-- ABOUT THIS EXERCISE --
The exercise asks you to copy every line below in which "chamfer" appears.

-- Stored items from a collection --
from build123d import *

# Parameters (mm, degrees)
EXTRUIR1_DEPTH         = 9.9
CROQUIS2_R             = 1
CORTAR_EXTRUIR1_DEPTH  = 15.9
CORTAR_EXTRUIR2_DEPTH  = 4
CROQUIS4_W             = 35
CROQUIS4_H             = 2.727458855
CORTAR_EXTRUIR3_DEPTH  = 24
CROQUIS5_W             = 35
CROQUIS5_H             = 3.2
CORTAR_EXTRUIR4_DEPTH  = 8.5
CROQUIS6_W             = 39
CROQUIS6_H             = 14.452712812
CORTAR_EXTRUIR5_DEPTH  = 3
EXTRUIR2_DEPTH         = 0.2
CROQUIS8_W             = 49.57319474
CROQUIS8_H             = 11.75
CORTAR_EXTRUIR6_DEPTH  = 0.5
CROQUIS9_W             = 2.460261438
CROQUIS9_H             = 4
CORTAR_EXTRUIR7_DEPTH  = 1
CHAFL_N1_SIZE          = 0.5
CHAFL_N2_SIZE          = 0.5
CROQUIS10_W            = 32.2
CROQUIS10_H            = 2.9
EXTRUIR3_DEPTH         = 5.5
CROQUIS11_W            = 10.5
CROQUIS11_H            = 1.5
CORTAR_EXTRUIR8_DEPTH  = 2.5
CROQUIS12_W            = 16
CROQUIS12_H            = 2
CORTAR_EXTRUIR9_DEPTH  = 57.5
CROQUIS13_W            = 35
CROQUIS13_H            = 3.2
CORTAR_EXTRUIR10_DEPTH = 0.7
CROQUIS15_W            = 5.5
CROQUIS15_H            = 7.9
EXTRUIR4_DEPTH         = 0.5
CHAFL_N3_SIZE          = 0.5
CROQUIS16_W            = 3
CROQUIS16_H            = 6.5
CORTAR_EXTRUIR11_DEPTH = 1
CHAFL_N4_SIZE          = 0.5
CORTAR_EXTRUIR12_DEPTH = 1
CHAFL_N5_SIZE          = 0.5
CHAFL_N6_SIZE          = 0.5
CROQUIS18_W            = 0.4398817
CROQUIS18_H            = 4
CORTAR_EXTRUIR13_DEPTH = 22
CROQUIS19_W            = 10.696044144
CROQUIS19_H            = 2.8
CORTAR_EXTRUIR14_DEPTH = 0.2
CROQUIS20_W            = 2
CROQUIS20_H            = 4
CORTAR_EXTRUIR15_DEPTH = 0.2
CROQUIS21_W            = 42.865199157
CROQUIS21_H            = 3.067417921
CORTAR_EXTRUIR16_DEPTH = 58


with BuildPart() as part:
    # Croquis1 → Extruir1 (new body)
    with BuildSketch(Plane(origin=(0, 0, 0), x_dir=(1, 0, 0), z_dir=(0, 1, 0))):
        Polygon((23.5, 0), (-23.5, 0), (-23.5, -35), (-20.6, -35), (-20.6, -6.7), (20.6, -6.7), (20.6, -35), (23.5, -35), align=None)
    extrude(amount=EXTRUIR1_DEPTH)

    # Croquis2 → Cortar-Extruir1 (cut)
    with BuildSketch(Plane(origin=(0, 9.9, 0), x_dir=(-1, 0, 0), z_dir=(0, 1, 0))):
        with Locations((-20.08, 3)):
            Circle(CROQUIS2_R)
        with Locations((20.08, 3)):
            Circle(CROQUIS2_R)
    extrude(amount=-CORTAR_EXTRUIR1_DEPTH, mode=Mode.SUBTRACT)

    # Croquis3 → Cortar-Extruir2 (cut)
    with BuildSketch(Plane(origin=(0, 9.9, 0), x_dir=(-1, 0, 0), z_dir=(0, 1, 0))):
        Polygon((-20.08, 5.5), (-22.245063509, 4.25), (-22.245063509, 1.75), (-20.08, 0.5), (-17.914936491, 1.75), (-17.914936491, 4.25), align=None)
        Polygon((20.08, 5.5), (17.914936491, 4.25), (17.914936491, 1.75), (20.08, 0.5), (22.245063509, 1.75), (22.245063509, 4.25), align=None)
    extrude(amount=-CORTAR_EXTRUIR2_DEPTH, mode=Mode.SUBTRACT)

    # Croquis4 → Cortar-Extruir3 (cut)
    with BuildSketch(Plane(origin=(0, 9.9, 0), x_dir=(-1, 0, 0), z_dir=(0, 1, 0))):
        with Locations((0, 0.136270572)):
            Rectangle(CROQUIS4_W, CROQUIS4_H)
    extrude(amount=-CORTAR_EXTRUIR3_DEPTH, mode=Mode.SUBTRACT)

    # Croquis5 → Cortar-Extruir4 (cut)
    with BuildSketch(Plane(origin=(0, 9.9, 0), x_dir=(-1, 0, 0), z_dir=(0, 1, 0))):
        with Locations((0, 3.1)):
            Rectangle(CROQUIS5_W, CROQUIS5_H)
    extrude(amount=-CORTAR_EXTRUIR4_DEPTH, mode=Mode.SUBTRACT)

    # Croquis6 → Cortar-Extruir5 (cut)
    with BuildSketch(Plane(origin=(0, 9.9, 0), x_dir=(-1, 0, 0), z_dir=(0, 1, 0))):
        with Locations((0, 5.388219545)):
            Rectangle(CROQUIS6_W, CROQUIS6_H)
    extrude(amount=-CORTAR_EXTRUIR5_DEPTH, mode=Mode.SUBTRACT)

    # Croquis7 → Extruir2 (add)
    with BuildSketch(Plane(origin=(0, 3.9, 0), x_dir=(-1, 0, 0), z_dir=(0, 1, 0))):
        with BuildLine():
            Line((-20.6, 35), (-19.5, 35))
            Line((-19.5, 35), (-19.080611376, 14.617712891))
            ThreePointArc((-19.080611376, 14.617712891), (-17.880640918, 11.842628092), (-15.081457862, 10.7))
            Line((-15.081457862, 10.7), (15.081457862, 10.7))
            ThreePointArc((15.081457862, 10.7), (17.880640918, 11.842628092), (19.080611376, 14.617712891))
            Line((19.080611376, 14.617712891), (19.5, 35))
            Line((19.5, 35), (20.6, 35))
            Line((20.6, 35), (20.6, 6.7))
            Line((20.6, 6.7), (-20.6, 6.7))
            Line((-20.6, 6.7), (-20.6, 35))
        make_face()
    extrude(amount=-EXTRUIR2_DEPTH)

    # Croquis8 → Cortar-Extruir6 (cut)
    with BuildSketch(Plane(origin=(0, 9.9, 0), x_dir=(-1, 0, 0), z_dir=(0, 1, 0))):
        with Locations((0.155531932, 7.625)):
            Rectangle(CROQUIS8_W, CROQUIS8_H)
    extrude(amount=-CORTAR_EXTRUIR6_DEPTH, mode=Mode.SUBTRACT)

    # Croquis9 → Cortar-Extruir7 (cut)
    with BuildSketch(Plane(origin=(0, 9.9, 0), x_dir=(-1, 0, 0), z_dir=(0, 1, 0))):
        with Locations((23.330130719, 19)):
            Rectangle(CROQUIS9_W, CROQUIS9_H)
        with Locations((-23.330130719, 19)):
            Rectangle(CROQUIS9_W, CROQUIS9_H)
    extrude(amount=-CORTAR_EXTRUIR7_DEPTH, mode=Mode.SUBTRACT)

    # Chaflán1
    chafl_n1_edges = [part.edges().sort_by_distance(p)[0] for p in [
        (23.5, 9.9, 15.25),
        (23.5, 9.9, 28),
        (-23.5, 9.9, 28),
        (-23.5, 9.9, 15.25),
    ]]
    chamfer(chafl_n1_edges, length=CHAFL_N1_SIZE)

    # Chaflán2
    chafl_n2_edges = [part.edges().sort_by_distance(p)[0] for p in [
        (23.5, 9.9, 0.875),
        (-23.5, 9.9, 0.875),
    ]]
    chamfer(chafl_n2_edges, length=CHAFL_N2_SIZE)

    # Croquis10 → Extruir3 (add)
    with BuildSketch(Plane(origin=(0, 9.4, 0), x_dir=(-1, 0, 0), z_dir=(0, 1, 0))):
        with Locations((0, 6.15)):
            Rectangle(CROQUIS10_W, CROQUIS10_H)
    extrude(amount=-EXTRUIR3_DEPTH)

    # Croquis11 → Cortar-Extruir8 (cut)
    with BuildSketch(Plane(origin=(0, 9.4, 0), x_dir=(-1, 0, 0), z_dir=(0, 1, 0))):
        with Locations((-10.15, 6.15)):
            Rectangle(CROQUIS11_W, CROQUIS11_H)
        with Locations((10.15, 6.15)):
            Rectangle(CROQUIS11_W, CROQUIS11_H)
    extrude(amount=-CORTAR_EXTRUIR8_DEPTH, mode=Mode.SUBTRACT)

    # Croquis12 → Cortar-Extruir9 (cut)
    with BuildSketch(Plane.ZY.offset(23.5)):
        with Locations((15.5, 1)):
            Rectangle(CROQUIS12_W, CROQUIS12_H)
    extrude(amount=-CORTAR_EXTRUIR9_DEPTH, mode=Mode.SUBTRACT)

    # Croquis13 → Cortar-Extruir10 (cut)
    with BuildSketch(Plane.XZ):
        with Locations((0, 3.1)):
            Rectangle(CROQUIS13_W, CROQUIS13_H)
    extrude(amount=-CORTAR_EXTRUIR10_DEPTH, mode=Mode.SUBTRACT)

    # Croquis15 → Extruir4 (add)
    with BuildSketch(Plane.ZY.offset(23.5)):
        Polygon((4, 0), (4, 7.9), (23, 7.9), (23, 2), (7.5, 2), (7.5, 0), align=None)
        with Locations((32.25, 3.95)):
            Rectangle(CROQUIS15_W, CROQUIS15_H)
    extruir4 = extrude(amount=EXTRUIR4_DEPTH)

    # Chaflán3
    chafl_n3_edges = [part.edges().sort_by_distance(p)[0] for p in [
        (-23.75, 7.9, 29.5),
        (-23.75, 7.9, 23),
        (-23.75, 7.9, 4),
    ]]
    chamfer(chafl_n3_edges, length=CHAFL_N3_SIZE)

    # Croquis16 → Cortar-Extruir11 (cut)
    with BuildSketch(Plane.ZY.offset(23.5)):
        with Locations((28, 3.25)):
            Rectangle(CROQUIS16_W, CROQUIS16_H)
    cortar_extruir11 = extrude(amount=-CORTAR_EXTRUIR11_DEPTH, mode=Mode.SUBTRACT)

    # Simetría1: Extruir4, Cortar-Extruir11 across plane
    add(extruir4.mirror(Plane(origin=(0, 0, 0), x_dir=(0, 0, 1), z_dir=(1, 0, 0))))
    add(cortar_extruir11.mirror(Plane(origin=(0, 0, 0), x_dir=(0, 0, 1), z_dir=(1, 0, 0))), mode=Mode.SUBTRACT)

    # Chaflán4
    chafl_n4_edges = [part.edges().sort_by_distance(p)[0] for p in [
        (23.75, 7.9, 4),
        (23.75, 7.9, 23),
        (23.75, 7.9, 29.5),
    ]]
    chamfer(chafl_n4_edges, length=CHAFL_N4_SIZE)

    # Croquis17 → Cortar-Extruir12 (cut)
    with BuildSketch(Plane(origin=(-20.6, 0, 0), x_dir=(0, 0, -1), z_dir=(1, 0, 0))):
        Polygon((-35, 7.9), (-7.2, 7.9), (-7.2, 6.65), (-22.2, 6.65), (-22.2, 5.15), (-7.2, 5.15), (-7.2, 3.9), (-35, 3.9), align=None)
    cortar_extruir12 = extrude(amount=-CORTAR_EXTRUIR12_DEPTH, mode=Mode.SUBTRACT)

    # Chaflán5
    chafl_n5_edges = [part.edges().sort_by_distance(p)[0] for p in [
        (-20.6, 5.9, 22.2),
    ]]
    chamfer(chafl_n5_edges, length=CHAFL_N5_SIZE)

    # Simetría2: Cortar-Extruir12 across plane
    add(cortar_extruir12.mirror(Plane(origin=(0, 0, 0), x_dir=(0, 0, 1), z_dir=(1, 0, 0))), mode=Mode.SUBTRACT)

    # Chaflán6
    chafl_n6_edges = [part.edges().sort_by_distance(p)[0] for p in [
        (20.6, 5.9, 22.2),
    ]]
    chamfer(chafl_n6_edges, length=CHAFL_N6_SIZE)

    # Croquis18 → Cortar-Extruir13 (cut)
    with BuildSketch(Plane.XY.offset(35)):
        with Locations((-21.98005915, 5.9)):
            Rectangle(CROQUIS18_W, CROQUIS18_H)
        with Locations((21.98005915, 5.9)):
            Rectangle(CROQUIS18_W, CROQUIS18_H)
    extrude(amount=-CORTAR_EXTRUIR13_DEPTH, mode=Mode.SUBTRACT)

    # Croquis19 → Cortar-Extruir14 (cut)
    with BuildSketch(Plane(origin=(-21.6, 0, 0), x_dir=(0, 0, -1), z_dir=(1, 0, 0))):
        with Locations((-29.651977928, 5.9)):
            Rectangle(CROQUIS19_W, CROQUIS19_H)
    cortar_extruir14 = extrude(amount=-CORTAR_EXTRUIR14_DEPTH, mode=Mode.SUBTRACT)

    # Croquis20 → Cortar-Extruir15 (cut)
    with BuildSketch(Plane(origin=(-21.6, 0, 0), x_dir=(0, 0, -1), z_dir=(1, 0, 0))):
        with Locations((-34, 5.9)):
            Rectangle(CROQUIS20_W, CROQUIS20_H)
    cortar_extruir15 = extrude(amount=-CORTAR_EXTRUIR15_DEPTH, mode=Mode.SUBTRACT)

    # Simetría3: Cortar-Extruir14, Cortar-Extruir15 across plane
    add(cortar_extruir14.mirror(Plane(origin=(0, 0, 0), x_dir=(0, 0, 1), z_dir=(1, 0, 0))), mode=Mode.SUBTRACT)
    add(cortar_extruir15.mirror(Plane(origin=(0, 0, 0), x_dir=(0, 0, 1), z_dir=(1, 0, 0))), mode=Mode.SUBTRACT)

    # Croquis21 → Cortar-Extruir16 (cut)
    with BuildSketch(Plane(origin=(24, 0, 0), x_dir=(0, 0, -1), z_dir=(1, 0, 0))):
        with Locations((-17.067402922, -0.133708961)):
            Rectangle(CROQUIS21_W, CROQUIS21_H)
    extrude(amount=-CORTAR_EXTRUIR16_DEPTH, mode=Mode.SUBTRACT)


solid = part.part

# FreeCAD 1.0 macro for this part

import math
import FreeCAD as App
import Part
import Sketcher

V = App.Vector
Q = App.Units.Quantity


def edges_at(feature, points):
    """Names of the edges that pass closest to the given points."""
    edges = feature.Shape.Edges
    near = lambda p: min(range(len(edges)), key=lambda i: edges[i].distToShape(Part.Vertex(*p))[0])
    return sorted({f"Edge{near(p) + 1}" for p in points})

doc = App.newDocument("Part")
body = doc.addObject("PartDesign::Body", "Body")

# Sketch on XZ plane
sketch1 = body.newObject("Sketcher::SketchObject", "Sketch")
sketch1.AttachmentSupport = (doc.getObject("XZ_Plane"), [""])
sketch1.MapMode = "FlatFace"
sketch1.addGeometry(Part.LineSegment(V(23.5, 0, 0), V(-23.5, 0, 0)), False)
sketch1.addGeometry(Part.LineSegment(V(-23.5, 0, 0), V(-23.5, 35, 0)), False)
sketch1.addGeometry(Part.LineSegment(V(-23.5, 35, 0), V(-20.6, 35, 0)), False)
sketch1.addGeometry(Part.LineSegment(V(-20.6, 35, 0), V(-20.6, 6.7, 0)), False)
sketch1.addGeometry(Part.LineSegment(V(-20.6, 6.7, 0), V(20.6, 6.7, 0)), False)
sketch1.addGeometry(Part.LineSegment(V(20.6, 6.7, 0), V(20.6, 35, 0)), False)
sketch1.addGeometry(Part.LineSegment(V(20.6, 35, 0), V(23.5, 35, 0)), False)
sketch1.addGeometry(Part.LineSegment(V(23.5, 35, 0), V(23.5, 0, 0)), False)
sketch1.addConstraint(Sketcher.Constraint("Coincident", 0, 2, 1, 1))
sketch1.addConstraint(Sketcher.Constraint("Coincident", 1, 2, 2, 1))
sketch1.addConstraint(Sketcher.Constraint("Coincident", 2, 2, 3, 1))
sketch1.addConstraint(Sketcher.Constraint("Coincident", 3, 2, 4, 1))
sketch1.addConstraint(Sketcher.Constraint("Coincident", 4, 2, 5, 1))
sketch1.addConstraint(Sketcher.Constraint("Coincident", 5, 2, 6, 1))
sketch1.addConstraint(Sketcher.Constraint("Coincident", 6, 2, 7, 1))
sketch1.addConstraint(Sketcher.Constraint("Coincident", 7, 2, 0, 1))
sketch1.addConstraint(Sketcher.Constraint("Horizontal", 0))
sketch1.addConstraint(Sketcher.Constraint("Vertical", 1))
sketch1.addConstraint(Sketcher.Constraint("Horizontal", 2))
sketch1.addConstraint(Sketcher.Constraint("Vertical", 3))
sketch1.addConstraint(Sketcher.Constraint("Horizontal", 4))
sketch1.addConstraint(Sketcher.Constraint("Vertical", 5))
sketch1.addConstraint(Sketcher.Constraint("Horizontal", 6))
sketch1.addConstraint(Sketcher.Constraint("Vertical", 7))
sketch1.addConstraint(Sketcher.Constraint("Symmetric", 0, 2, 7, 2, -1, 1))
sketch1.addConstraint(Sketcher.Constraint("Symmetric", 2, 2, 5, 2, -2))
sketch1.addConstraint(Sketcher.Constraint("DistanceX", 0, 2, 0, 1, 47.0))
sketch1.addConstraint(Sketcher.Constraint("DistanceY", 1, 1, 1, 2, 35.0))
sketch1.addConstraint(Sketcher.Constraint("DistanceX", 2, 1, 2, 2, 2.9))
sketch1.addConstraint(Sketcher.Constraint("DistanceY", 3, 2, 3, 1, 28.3))
pad1 = body.newObject("PartDesign::Pad", "Pad")
pad1.Profile = sketch1
pad1.Length = 9.9
pad1.Reversed = True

-- ANSWER SPACE --
    chamfer(chafl_n1_edges, length=CHAFL_N1_SIZE)
    chamfer(chafl_n2_edges, length=CHAFL_N2_SIZE)
    chamfer(chafl_n3_edges, length=CHAFL_N3_SIZE)
    chamfer(chafl_n4_edges, length=CHAFL_N4_SIZE)
    chamfer(chafl_n5_edges, length=CHAFL_N5_SIZE)
    chamfer(chafl_n6_edges, length=CHAFL_N6_SIZE)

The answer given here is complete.